- _What this task involves_: Could you set down every record below exactly as it appears?
╭─ The data
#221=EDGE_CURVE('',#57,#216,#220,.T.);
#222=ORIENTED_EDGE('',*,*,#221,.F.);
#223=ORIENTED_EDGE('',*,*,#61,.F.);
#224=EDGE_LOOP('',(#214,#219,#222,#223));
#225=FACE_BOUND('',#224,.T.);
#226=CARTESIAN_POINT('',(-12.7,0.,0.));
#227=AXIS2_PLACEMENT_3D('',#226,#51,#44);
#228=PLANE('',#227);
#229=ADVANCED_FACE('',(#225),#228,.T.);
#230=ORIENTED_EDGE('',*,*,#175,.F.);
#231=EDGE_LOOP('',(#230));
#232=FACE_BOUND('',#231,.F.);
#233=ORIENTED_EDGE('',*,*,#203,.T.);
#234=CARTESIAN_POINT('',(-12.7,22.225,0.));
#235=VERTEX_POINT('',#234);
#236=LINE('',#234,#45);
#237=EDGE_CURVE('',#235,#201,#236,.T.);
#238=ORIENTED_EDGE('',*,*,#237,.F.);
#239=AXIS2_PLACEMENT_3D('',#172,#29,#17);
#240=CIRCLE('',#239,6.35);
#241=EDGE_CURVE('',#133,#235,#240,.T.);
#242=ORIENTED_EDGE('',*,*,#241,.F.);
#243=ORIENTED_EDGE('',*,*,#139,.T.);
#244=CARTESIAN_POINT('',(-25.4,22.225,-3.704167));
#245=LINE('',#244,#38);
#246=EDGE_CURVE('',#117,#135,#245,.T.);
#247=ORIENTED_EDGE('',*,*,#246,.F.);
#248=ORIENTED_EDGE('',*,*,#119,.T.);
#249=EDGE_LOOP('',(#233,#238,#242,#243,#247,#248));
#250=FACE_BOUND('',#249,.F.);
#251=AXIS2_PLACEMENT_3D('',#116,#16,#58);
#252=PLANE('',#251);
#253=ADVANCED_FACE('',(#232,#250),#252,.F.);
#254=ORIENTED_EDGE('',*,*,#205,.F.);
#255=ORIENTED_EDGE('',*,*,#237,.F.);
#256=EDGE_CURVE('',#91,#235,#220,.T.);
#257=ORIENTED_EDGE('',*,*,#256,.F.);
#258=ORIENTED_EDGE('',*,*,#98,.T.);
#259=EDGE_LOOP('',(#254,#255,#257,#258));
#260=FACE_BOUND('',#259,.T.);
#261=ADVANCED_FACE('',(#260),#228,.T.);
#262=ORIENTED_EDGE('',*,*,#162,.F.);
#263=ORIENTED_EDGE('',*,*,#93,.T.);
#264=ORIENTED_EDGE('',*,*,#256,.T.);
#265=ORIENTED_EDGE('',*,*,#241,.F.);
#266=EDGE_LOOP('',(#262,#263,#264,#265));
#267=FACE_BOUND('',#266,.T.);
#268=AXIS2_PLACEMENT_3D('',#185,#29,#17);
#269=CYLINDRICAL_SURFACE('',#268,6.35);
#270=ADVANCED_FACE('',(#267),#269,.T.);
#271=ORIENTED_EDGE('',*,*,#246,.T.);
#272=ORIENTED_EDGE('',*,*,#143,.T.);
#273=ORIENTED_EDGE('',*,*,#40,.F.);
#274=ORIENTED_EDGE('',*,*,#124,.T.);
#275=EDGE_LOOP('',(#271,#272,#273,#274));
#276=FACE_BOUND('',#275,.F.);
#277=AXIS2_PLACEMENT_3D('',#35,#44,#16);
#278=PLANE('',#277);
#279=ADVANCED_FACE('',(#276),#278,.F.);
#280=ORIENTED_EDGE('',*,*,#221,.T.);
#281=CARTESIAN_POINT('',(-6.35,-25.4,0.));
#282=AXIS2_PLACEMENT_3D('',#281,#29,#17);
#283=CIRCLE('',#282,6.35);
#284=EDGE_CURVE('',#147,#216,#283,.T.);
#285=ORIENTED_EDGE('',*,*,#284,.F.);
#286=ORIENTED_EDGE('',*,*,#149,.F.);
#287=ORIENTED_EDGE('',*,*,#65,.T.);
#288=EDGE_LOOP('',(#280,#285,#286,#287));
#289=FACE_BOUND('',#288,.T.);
╰─
- _Solution_:
#221=EDGE_CURVE('',#57,#216,#220,.T.);
#222=ORIENTED_EDGE('',*,*,#221,.F.);
#223=ORIENTED_EDGE('',*,*,#61,.F.);
#224=EDGE_LOOP('',(#214,#219,#222,#223));
#225=FACE_BOUND('',#224,.T.);
#226=CARTESIAN_POINT('',(-12.7,0.,0.));
#227=AXIS2_PLACEMENT_3D('',#226,#51,#44);
#228=PLANE('',#227);
#229=ADVANCED_FACE('',(#225),#228,.T.);
#230=ORIENTED_EDGE('',*,*,#175,.F.);
#231=EDGE_LOOP('',(#230));
#232=FACE_BOUND('',#231,.F.);
#233=ORIENTED_EDGE('',*,*,#203,.T.);
#234=CARTESIAN_POINT('',(-12.7,22.225,0.));
#235=VERTEX_POINT('',#234);
#236=LINE('',#234,#45);
#237=EDGE_CURVE('',#235,#201,#236,.T.);
#238=ORIENTED_EDGE('',*,*,#237,.F.);
#239=AXIS2_PLACEMENT_3D('',#172,#29,#17);
#240=CIRCLE('',#239,6.35);
#241=EDGE_CURVE('',#133,#235,#240,.T.);
#242=ORIENTED_EDGE('',*,*,#241,.F.);
#243=ORIENTED_EDGE('',*,*,#139,.T.);
#244=CARTESIAN_POINT('',(-25.4,22.225,-3.704167));
#245=LINE('',#244,#38);
#246=EDGE_CURVE('',#117,#135,#245,.T.);
#247=ORIENTED_EDGE('',*,*,#246,.F.);
#248=ORIENTED_EDGE('',*,*,#119,.T.);
#249=EDGE_LOOP('',(#233,#238,#242,#243,#247,#248));
#250=FACE_BOUND('',#249,.F.);
#251=AXIS2_PLACEMENT_3D('',#116,#16,#58);
#252=PLANE('',#251);
#253=ADVANCED_FACE('',(#232,#250),#252,.F.);
#254=ORIENTED_EDGE('',*,*,#205,.F.);
#255=ORIENTED_EDGE('',*,*,#237,.F.);
#256=EDGE_CURVE('',#91,#235,#220,.T.);
#257=ORIENTED_EDGE('',*,*,#256,.F.);
#258=ORIENTED_EDGE('',*,*,#98,.T.);
#259=EDGE_LOOP('',(#254,#255,#257,#258));
#260=FACE_BOUND('',#259,.T.);
#261=ADVANCED_FACE('',(#260),#228,.T.);
#262=ORIENTED_EDGE('',*,*,#162,.F.);
#263=ORIENTED_EDGE('',*,*,#93,.T.);
#264=ORIENTED_EDGE('',*,*,#256,.T.);
#265=ORIENTED_EDGE('',*,*,#241,.F.);
#266=EDGE_LOOP('',(#262,#263,#264,#265));
#267=FACE_BOUND('',#266,.T.);
#268=AXIS2_PLACEMENT_3D('',#185,#29,#17);
#269=CYLINDRICAL_SURFACE('',#268,6.35);
#270=ADVANCED_FACE('',(#267),#269,.T.);
#271=ORIENTED_EDGE('',*,*,#246,.T.);
#272=ORIENTED_EDGE('',*,*,#143,.T.);
#273=ORIENTED_EDGE('',*,*,#40,.F.);
#274=ORIENTED_EDGE('',*,*,#124,.T.);
#275=EDGE_LOOP('',(#271,#272,#273,#274));
#276=FACE_BOUND('',#275,.F.);
#277=AXIS2_PLACEMENT_3D('',#35,#44,#16);
#278=PLANE('',#277);
#279=ADVANCED_FACE('',(#276),#278,.F.);
#280=ORIENTED_EDGE('',*,*,#221,.T.);
#281=CARTESIAN_POINT('',(-6.35,-25.4,0.));
#282=AXIS2_PLACEMENT_3D('',#281,#29,#17);
#283=CIRCLE('',#282,6.35);
#284=EDGE_CURVE('',#147,#216,#283,.T.);
#285=ORIENTED_EDGE('',*,*,#284,.F.);
#286=ORIENTED_EDGE('',*,*,#149,.F.);
#287=ORIENTED_EDGE('',*,*,#65,.T.);
#288=EDGE_LOOP('',(#280,#285,#286,#287));
#289=FACE_BOUND('',#288,.T.);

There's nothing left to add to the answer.